* [EXERCISE]: Reproduce only the stretch of entries below that begins at the first line and ends at the line holding "f 502 503 136".

* [Collected data entries]:
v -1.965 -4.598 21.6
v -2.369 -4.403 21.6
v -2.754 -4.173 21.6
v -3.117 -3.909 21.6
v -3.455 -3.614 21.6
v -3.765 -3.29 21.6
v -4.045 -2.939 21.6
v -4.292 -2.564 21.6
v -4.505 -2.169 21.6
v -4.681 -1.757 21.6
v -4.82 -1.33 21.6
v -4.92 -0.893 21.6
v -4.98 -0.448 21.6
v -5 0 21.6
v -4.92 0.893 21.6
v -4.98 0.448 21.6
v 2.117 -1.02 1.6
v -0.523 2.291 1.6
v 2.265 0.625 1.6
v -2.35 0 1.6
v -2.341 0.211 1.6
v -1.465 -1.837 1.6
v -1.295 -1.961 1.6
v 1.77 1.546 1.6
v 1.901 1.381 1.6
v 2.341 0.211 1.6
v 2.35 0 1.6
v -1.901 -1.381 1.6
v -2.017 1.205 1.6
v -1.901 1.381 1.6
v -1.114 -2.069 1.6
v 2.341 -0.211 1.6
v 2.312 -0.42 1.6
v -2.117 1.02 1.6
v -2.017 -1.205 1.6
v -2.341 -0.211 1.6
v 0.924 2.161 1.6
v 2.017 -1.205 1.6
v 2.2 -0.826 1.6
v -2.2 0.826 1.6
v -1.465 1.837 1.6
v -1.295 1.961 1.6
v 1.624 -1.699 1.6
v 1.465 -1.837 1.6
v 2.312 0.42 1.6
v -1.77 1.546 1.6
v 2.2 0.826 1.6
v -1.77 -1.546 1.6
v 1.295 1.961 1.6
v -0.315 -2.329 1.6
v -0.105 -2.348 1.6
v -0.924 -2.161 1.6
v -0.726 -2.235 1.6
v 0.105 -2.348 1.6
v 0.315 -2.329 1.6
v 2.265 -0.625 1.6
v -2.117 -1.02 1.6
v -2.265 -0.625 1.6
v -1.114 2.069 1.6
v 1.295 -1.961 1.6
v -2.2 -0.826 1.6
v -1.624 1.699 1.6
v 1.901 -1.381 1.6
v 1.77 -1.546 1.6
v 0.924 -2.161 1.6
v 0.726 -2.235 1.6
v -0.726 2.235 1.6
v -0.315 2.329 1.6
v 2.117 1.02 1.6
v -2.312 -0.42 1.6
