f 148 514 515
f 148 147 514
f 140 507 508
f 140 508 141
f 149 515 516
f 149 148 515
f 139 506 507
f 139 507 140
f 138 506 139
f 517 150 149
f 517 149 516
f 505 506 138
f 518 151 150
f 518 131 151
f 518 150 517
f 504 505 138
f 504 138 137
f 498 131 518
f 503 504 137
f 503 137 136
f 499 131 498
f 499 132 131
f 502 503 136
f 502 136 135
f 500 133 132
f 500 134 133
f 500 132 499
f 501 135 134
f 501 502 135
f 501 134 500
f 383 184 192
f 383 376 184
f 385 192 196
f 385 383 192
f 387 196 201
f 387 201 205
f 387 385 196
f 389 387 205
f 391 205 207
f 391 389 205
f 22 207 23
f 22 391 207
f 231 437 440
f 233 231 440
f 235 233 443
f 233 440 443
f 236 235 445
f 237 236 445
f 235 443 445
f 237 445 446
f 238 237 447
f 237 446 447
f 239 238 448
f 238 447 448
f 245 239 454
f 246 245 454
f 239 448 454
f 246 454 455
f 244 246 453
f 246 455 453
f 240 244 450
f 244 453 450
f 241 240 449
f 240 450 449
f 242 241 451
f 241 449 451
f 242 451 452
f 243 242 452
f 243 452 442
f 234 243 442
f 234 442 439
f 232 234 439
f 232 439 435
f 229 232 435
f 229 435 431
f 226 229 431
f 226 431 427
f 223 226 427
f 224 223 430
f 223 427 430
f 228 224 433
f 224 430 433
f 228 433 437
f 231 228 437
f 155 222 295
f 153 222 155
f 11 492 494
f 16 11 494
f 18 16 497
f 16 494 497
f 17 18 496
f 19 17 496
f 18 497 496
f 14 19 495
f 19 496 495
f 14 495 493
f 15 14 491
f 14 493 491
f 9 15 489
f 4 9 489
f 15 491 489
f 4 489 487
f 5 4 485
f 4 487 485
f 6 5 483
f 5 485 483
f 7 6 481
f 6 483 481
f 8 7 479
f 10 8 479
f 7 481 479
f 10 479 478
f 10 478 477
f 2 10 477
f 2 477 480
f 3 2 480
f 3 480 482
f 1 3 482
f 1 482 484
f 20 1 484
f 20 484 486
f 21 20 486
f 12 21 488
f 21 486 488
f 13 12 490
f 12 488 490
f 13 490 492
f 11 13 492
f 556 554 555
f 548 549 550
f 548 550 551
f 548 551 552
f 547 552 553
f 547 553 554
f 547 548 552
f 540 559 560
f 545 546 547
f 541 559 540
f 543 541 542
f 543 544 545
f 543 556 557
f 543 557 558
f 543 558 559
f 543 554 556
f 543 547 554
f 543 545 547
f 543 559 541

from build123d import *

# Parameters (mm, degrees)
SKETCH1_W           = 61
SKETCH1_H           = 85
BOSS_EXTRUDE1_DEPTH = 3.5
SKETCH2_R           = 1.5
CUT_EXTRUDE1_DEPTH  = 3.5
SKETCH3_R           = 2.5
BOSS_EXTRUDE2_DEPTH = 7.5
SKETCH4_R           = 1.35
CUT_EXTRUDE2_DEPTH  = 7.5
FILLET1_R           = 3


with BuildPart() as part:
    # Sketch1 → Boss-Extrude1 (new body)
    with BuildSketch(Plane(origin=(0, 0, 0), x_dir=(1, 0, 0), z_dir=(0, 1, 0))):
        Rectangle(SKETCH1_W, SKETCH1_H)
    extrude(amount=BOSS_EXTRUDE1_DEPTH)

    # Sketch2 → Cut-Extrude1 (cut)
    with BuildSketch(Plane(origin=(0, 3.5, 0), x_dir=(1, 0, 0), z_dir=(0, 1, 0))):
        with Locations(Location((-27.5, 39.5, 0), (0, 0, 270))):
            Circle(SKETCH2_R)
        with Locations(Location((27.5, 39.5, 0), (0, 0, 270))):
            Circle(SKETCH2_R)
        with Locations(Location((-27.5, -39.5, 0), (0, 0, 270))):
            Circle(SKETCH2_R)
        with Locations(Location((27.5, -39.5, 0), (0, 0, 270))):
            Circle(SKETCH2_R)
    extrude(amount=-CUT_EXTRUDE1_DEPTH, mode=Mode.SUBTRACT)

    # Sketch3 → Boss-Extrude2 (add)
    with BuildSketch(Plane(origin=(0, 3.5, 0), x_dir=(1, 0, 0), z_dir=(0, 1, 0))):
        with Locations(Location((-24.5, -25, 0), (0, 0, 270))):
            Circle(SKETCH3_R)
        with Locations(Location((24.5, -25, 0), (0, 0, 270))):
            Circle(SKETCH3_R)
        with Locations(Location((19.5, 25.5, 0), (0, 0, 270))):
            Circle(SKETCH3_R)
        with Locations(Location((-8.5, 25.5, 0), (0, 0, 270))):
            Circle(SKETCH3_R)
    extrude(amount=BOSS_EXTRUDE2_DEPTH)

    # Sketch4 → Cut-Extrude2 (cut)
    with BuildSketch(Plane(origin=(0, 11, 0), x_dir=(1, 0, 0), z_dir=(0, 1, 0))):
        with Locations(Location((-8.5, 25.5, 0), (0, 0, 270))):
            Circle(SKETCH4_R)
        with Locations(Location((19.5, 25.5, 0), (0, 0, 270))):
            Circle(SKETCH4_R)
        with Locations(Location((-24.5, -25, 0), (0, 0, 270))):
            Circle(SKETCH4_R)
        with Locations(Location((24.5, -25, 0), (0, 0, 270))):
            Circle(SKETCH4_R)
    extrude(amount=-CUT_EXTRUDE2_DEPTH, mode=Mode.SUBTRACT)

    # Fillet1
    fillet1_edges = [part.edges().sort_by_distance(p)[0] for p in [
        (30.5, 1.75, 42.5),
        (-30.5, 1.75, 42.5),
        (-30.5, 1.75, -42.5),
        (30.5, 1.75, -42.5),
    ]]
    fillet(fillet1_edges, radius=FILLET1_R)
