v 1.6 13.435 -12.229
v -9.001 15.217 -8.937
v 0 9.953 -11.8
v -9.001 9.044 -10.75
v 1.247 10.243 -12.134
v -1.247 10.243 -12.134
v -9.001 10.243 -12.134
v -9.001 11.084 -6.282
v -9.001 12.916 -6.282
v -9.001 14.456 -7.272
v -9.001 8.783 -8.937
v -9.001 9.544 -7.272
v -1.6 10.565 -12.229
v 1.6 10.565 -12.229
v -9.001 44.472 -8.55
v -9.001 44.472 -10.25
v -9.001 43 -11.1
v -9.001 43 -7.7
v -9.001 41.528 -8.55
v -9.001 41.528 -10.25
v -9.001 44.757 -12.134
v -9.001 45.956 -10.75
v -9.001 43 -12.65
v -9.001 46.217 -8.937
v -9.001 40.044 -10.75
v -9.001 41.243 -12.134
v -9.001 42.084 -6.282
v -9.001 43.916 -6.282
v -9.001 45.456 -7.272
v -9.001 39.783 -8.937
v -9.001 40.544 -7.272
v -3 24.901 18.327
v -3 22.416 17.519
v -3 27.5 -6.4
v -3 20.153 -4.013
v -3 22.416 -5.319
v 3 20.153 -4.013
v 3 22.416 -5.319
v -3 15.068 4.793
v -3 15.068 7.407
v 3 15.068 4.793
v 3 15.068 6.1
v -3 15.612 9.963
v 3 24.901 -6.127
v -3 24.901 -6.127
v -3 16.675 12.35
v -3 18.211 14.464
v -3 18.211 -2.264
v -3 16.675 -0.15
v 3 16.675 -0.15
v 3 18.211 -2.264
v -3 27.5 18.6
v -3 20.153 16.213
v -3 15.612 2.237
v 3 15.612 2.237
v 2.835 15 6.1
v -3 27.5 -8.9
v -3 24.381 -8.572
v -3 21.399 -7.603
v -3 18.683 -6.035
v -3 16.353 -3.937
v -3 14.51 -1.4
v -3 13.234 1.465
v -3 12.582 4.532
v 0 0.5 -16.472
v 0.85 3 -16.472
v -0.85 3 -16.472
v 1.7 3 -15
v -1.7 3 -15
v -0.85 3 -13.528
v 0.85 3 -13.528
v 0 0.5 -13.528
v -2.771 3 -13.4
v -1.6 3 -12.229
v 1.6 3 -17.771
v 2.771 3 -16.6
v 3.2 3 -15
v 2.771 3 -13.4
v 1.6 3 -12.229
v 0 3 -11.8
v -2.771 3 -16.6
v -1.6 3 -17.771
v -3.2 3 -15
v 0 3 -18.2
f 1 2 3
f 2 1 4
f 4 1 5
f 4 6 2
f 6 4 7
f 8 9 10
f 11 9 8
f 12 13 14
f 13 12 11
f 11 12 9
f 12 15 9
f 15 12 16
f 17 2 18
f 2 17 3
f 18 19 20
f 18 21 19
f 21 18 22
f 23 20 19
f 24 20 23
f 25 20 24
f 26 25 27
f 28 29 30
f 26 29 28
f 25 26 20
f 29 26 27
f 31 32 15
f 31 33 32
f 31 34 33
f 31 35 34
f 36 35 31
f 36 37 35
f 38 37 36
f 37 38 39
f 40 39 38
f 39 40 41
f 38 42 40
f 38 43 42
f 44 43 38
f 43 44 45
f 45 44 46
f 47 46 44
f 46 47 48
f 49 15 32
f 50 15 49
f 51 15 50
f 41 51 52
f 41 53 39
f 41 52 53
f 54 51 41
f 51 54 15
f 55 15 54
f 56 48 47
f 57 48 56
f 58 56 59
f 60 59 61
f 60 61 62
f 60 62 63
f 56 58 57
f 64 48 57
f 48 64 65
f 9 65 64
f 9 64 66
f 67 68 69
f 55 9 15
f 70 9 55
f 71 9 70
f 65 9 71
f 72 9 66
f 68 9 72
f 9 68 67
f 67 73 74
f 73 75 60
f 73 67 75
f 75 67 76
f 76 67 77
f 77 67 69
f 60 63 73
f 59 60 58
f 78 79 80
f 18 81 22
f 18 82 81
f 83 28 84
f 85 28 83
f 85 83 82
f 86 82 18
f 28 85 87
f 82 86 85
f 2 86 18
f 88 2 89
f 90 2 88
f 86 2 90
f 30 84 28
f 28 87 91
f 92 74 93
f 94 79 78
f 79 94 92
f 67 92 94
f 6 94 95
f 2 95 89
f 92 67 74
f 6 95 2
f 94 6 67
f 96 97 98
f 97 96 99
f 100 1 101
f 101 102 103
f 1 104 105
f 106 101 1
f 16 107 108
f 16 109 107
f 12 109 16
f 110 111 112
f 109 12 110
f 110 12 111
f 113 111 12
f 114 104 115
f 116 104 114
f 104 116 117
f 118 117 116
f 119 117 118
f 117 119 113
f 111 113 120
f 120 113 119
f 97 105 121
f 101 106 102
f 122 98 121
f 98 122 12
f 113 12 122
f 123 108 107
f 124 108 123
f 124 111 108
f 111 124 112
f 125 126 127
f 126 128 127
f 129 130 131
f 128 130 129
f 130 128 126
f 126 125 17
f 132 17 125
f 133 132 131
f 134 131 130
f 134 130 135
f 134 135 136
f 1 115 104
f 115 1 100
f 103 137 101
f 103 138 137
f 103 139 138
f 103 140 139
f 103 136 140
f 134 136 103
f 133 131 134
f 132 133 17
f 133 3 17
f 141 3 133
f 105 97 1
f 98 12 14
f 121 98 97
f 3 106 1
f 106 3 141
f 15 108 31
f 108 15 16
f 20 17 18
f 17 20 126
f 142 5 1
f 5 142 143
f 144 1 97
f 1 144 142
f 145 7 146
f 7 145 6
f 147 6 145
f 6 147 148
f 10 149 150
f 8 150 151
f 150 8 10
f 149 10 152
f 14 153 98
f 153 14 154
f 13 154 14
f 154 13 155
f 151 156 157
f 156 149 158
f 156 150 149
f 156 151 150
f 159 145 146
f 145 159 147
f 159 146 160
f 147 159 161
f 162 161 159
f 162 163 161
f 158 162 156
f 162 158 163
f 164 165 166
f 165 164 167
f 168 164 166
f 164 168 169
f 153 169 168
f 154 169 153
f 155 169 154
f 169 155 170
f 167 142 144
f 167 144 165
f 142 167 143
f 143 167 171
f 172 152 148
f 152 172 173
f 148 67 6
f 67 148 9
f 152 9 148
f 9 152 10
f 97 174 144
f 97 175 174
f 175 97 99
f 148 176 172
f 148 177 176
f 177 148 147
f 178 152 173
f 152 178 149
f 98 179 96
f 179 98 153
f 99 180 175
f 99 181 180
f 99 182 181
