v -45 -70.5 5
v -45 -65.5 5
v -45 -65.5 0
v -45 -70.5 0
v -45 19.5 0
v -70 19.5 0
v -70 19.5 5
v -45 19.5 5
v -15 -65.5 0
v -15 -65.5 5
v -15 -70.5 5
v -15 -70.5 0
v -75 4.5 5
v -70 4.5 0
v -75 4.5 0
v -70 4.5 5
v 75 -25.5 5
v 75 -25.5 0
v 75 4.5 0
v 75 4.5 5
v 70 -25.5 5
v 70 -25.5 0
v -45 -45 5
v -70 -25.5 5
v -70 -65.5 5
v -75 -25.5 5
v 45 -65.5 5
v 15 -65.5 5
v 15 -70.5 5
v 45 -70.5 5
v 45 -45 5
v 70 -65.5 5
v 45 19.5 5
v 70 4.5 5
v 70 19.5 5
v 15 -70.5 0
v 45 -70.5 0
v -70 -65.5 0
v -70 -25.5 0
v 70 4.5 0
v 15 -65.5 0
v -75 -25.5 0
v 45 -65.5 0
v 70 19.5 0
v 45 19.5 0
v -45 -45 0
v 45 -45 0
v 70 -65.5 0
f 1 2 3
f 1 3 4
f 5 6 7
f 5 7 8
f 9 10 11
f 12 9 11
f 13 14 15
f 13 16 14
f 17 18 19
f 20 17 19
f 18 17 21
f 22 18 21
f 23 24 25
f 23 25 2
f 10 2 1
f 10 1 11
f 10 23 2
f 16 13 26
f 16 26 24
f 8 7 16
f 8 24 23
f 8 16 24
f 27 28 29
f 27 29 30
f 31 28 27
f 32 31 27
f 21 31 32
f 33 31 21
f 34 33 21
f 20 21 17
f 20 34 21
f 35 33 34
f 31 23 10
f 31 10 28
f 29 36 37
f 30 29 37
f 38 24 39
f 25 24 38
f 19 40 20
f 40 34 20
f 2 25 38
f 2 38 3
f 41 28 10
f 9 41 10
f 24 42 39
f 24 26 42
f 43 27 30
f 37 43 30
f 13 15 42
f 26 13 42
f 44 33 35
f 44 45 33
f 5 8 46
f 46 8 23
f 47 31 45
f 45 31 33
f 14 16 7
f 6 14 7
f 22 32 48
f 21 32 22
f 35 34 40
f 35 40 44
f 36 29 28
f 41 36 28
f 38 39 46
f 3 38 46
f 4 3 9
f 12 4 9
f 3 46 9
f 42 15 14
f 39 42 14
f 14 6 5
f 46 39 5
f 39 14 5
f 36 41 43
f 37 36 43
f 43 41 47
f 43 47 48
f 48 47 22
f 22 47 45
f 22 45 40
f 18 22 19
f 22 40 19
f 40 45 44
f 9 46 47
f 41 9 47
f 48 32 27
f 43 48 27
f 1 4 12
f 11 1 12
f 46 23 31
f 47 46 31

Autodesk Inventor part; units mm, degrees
ref_plane "YZ Plane" through (0, 0, 0) normal (1, 0, 0) x (0, 1, 0)
ref_plane "XZ Plane" through (0, 0, 0) normal (0, 1, 0) x (-1, 0, 0)
ref_plane "XY Plane" through (0, 0, 0) normal (0, 0, 1) x (1, 0, 0)
sketch "Sketch1" plane through (0, 0, 0) normal (0, 0, 1) x (1, 0, 0)
  line L0 (0, 2.8582) -> (0, -2.8582) construction
  line L1 (-5.7775, 0) -> (5.7775, 0) construction
  line L2 (-75, -70.5) -> (75, -70.5)
  line L3 (75, -70.5) -> (75, 70.5)
  line L4 (75, 70.5) -> (-75, 70.5)
  line L5 (-75, 70.5) -> (-75, -70.5)
  line L6 (-75, -70.5) -> (75, 70.5) construction
  line L7 (75, -70.5) -> (-75, 70.5) construction
  point P0 (0, 0)
  point P1 (0, 0)
  dimension "d0" = 150
  dimension "d1" = 141
extrude "Extrusion1" add sketch "Sketch1" along normal blind 5
sketch "Sketch2" plane through (0, 0, 5) normal (0, 0, 1) x (1, 0, 0)
  line L0 (-75, -70.5) -> (75, -70.5) projected
  line L1 (0, -70.5) -> (-15, -70.5)
  line L2 (-15, -70.5) -> (15, -70.5)
  line L3 (15, -70.5) -> (45, -70.5)
  line L4 (-15, -70.5) -> (-45, -70.5)
  line L5 (-15, -70.5) -> (15, -70.5)
  line L6 (15, -70.5) -> (15, -65.5)
  line L7 (15, -65.5) -> (-15, -65.5)
  line L8 (-15, -65.5) -> (-15, -70.5)
  line L9 (75, -70.5) -> (75, 70.5) projected
  line L10 (45, -70.5) -> (75, -70.5)
  line L11 (75, -70.5) -> (75, -65.5)
  line L12 (75, -65.5) -> (45, -65.5)
  line L13 (45, -65.5) -> (45, -70.5)
  line L14 (-75, 70.5) -> (-75, -70.5) projected
  line L15 (-45, -70.5) -> (-75, -70.5)
  line L16 (-75, -70.5) -> (-75, -65.5)
  line L17 (-75, -65.5) -> (-45, -65.5)
  line L18 (-45, -65.5) -> (-45, -70.5)
  line L19 (75, -70.5) -> (75, -55.5)
  line L20 (75, -55.5) -> (75, -25.5)
  line L21 (75, -25.5) -> (75, 4.5)
  line L22 (75, 4.5) -> (75, 34.5)
  line L23 (75, 34.5) -> (75, 64.5)
  line L24 (75, -25.5) -> (70, -25.5)
  line L25 (70, -25.5) -> (70, 4.5)
  line L26 (70, 4.5) -> (75, 4.5)
  line L27 (75, 4.5) -> (75, -25.5)
  line L28 (75, 70.5) -> (-75, 70.5) projected
  line L29 (75, 34.5) -> (70, 34.5)
  line L30 (70, 34.5) -> (70, 70.5)
  line L31 (70, 70.5) -> (75, 70.5)
  line L32 (75, 70.5) -> (75, 34.5)
  line L33 (-75, -25.5) -> (-70, -25.5)
  line L34 (-70, -25.5) -> (-70, 4.5)
  line L35 (-70, 4.5) -> (-75, 4.5)
  line L36 (-75, 4.5) -> (-75, -25.5)
  line L37 (-75, 34.5) -> (-70, 34.5)
  line L38 (-70, 34.5) -> (-70, 70.5)
  line L39 (-70, 70.5) -> (-75, 70.5)
  line L40 (-75, 70.5) -> (-75, 34.5)
  line L41 (0, 70.5) -> (-15, 70.5)
  line L42 (-15, 70.5) -> (15, 70.5)
  line L43 (15, 70.5) -> (45, 70.5)
  line L44 (-15, 70.5) -> (-45, 70.5)
  line L45 (-75, 70.5) -> (-45, 70.5)
  line L46 (-45, 70.5) -> (-45, 65.5)
  line L47 (-45, 65.5) -> (-75, 65.5)
  line L48 (-75, 65.5) -> (-75, 70.5)
  line L49 (-15, 70.5) -> (15, 70.5)
  line L50 (15, 70.5) -> (15, 65.5)
  line L51 (15, 65.5) -> (-15, 65.5)
  line L52 (-15, 65.5) -> (-15, 70.5)
  line L53 (45, 70.5) -> (75, 70.5)
  line L54 (75, 70.5) -> (75, 65.5)
  line L55 (75, 65.5) -> (45, 65.5)
  line L56 (45, 65.5) -> (45, 70.5)
  line L57 (-75, -25.5) -> (-70, -25.5)
  line L58 (-70, -25.5) -> (-70, -70.5)
  line L59 (-70, -70.5) -> (-75, -70.5)
  line L60 (-75, -70.5) -> (-75, -25.5)
  line L61 (-75, 4.5) -> (-70, 4.5)
  line L62 (-70, 4.5) -> (-70, 34.5)
  line L63 (-70, 34.5) -> (-75, 34.5)
  line L64 (-75, 34.5) -> (-75, 4.5)
  line L65 (70, 34.5) -> (75, 34.5)
  line L66 (75, 34.5) -> (75, 4.5)
  line L67 (75, 4.5) -> (70, 4.5)
  line L68 (70, 4.5) -> (70, 34.5)
  line L69 (70, -25.5) -> (75, -25.5)
  line L70 (75, -25.5) -> (75, -70.5)
  line L71 (75, -70.5) -> (70, -70.5)
  line L72 (70, -70.5) -> (70, -25.5)
  point P0 (0, 0)
  point P1 (75, 4.5)
  point P2 (-70, 70.5)
  point P3 (-75, 4.5)
  point P4 (70, 65.5)
  point P5 (-70, 65.5)
  point P6 (-70, -65.5)
  point P7 (70, -65.5)
  dimension "d4" = 15
  dimension "d5" = 30
  dimension "d6" = 30
  dimension "d7" = 30
  dimension "d8" = 30
  dimension "d9" = 5
  dimension "d10" = 15
  dimension "d11" = 30
  dimension "d14" = 30
  dimension "d15" = 5
  dimension "d16" = 5
  dimension "d17" = 5
  dimension "d24" = 15
  dimension "d25" = 30
  dimension "d26" = 30
  dimension "d27" = 30
  dimension "d28" = 5
  dimension "d32" = 5
  dimension "d33" = 30
  dimension "d34" = 30
extrude "Extrusion2" cut sketch "Sketch2" against normal blind 8 contours L14 L17 L58 L0 | L58 L17 L18 L0 | L14 L33 L58 L17 | L8 L7 L6 L0 | L14 L37 L62 L35 | L14 L28 L38 L47 | L13 L12 L72 L0 | L38 L28 L46 L47 | L72 L12 L9 L0 | L72 L24 L9 L12 | L28 L50 L51 L52 | L68 L29 L9 L26 | L55 L56 L28 L30 | L30 L28 L9 L55
sketch "Sketch3" plane through (0, 0, 5) normal (0, 0, 1) x (1, 0, 0)
  line L0 (-45, -45) -> (45, -45)
  line L1 (45, -45) -> (45, 45)
  line L2 (45, 45) -> (-45, 45)
  line L3 (-45, 45) -> (-45, -45)
  line L4 (-45, -45) -> (45, 45) construction
  line L5 (45, -45) -> (-45, 45) construction
  point P0 (0, 0)
  dimension "d20" = 90
  dimension "d21" = 90
extrude "Extrusion3" cut sketch "Sketch3" against normal blind 8
sketch "Sketch4" plane through (0, 0, 5) normal (0, 0, 1) x (1, 0, 0)
  line L0 (75, 34.5) -> (75, 65.5) projected
  line L1 (75, 65.5) -> (75, 21.5)
  line L2 (75, 21.5) -> (-125.9097, 21.5)
  line L3 (-125.9097, 21.5) -> (-125.9097, 76.2896)
  line L4 (-125.9097, 76.2896) -> (75, 76.2896)
  line L5 (75, 76.2896) -> (75, 21.5)
  point P0 (0, 0)
  dimension "d29" = 44
extrude "Extrusion4" cut sketch "Sketch4" against normal blind 15
sketch "Sketch5" plane through (45, 21.5, 5) normal (0, 1, 0) x (1, 0, 0)
  line L0 (36.0509, -17.7295) -> (-126.227, -17.7295)
  line L1 (-126.227, -17.7295) -> (-126.227, 31.9582)
  line L2 (-126.227, 31.9582) -> (36.0509, 31.9582)
  line L3 (36.0509, 31.9582) -> (36.0509, -17.7295)
  point P0 (-45, 5)
extrude "Extrusion5" cut sketch "Sketch5" against normal blind 2
properties part number "Plaat achter" material "S235"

* [YOUR SOLUTION]:
v -1.965 -4.598 21.6
v -2.369 -4.403 21.6
v -2.754 -4.173 21.6
v -3.117 -3.909 21.6
v -3.455 -3.614 21.6
v -3.765 -3.29 21.6
v -4.045 -2.939 21.6
v -4.292 -2.564 21.6
v -4.505 -2.169 21.6
v -4.681 -1.757 21.6
v -4.82 -1.33 21.6
v -4.92 -0.893 21.6
v -4.98 -0.448 21.6
v -5 0 21.6
v -4.92 0.893 21.6
v -4.98 0.448 21.6
v 2.117 -1.02 1.6
v -0.523 2.291 1.6
v 2.265 0.625 1.6
v -2.35 0 1.6
v -2.341 0.211 1.6
v -1.465 -1.837 1.6
v -1.295 -1.961 1.6
v 1.77 1.546 1.6
v 1.901 1.381 1.6
v 2.341 0.211 1.6
v 2.35 0 1.6
v -1.901 -1.381 1.6
v -2.017 1.205 1.6
v -1.901 1.381 1.6
v -1.114 -2.069 1.6
v 2.341 -0.211 1.6
v 2.312 -0.42 1.6
v -2.117 1.02 1.6
v -2.017 -1.205 1.6
v -2.341 -0.211 1.6
v 0.924 2.161 1.6
v 2.017 -1.205 1.6
v 2.2 -0.826 1.6
v -2.2 0.826 1.6
v -1.465 1.837 1.6
v -1.295 1.961 1.6
v 1.624 -1.699 1.6
v 1.465 -1.837 1.6
v 2.312 0.42 1.6
v -1.77 1.546 1.6
v 2.2 0.826 1.6
v -1.77 -1.546 1.6
v 1.295 1.961 1.6
v -0.315 -2.329 1.6
v -0.105 -2.348 1.6
v -0.924 -2.161 1.6
v -0.726 -2.235 1.6
v 0.105 -2.348 1.6
v 0.315 -2.329 1.6
v 2.265 -0.625 1.6
v -2.117 -1.02 1.6
v -2.265 -0.625 1.6
v -1.114 2.069 1.6
v 1.295 -1.961 1.6
v -2.2 -0.826 1.6
v -1.624 1.699 1.6
v 1.901 -1.381 1.6
v 1.77 -1.546 1.6
v 0.924 -2.161 1.6
v 0.726 -2.235 1.6
v -0.726 2.235 1.6
v -0.315 2.329 1.6
v 2.117 1.02 1.6
v -2.312 -0.42 1.6
f 148 514 515
f 148 147 514
f 140 507 508
f 140 508 141
f 149 515 516
f 149 148 515
f 139 506 507
f 139 507 140
f 138 506 139
f 517 150 149
f 517 149 516
f 505 506 138
f 518 151 150
f 518 131 151
f 518 150 517
f 504 505 138
f 504 138 137
f 498 131 518
f 503 504 137
f 503 137 136
f 499 131 498
f 499 132 131
f 502 503 136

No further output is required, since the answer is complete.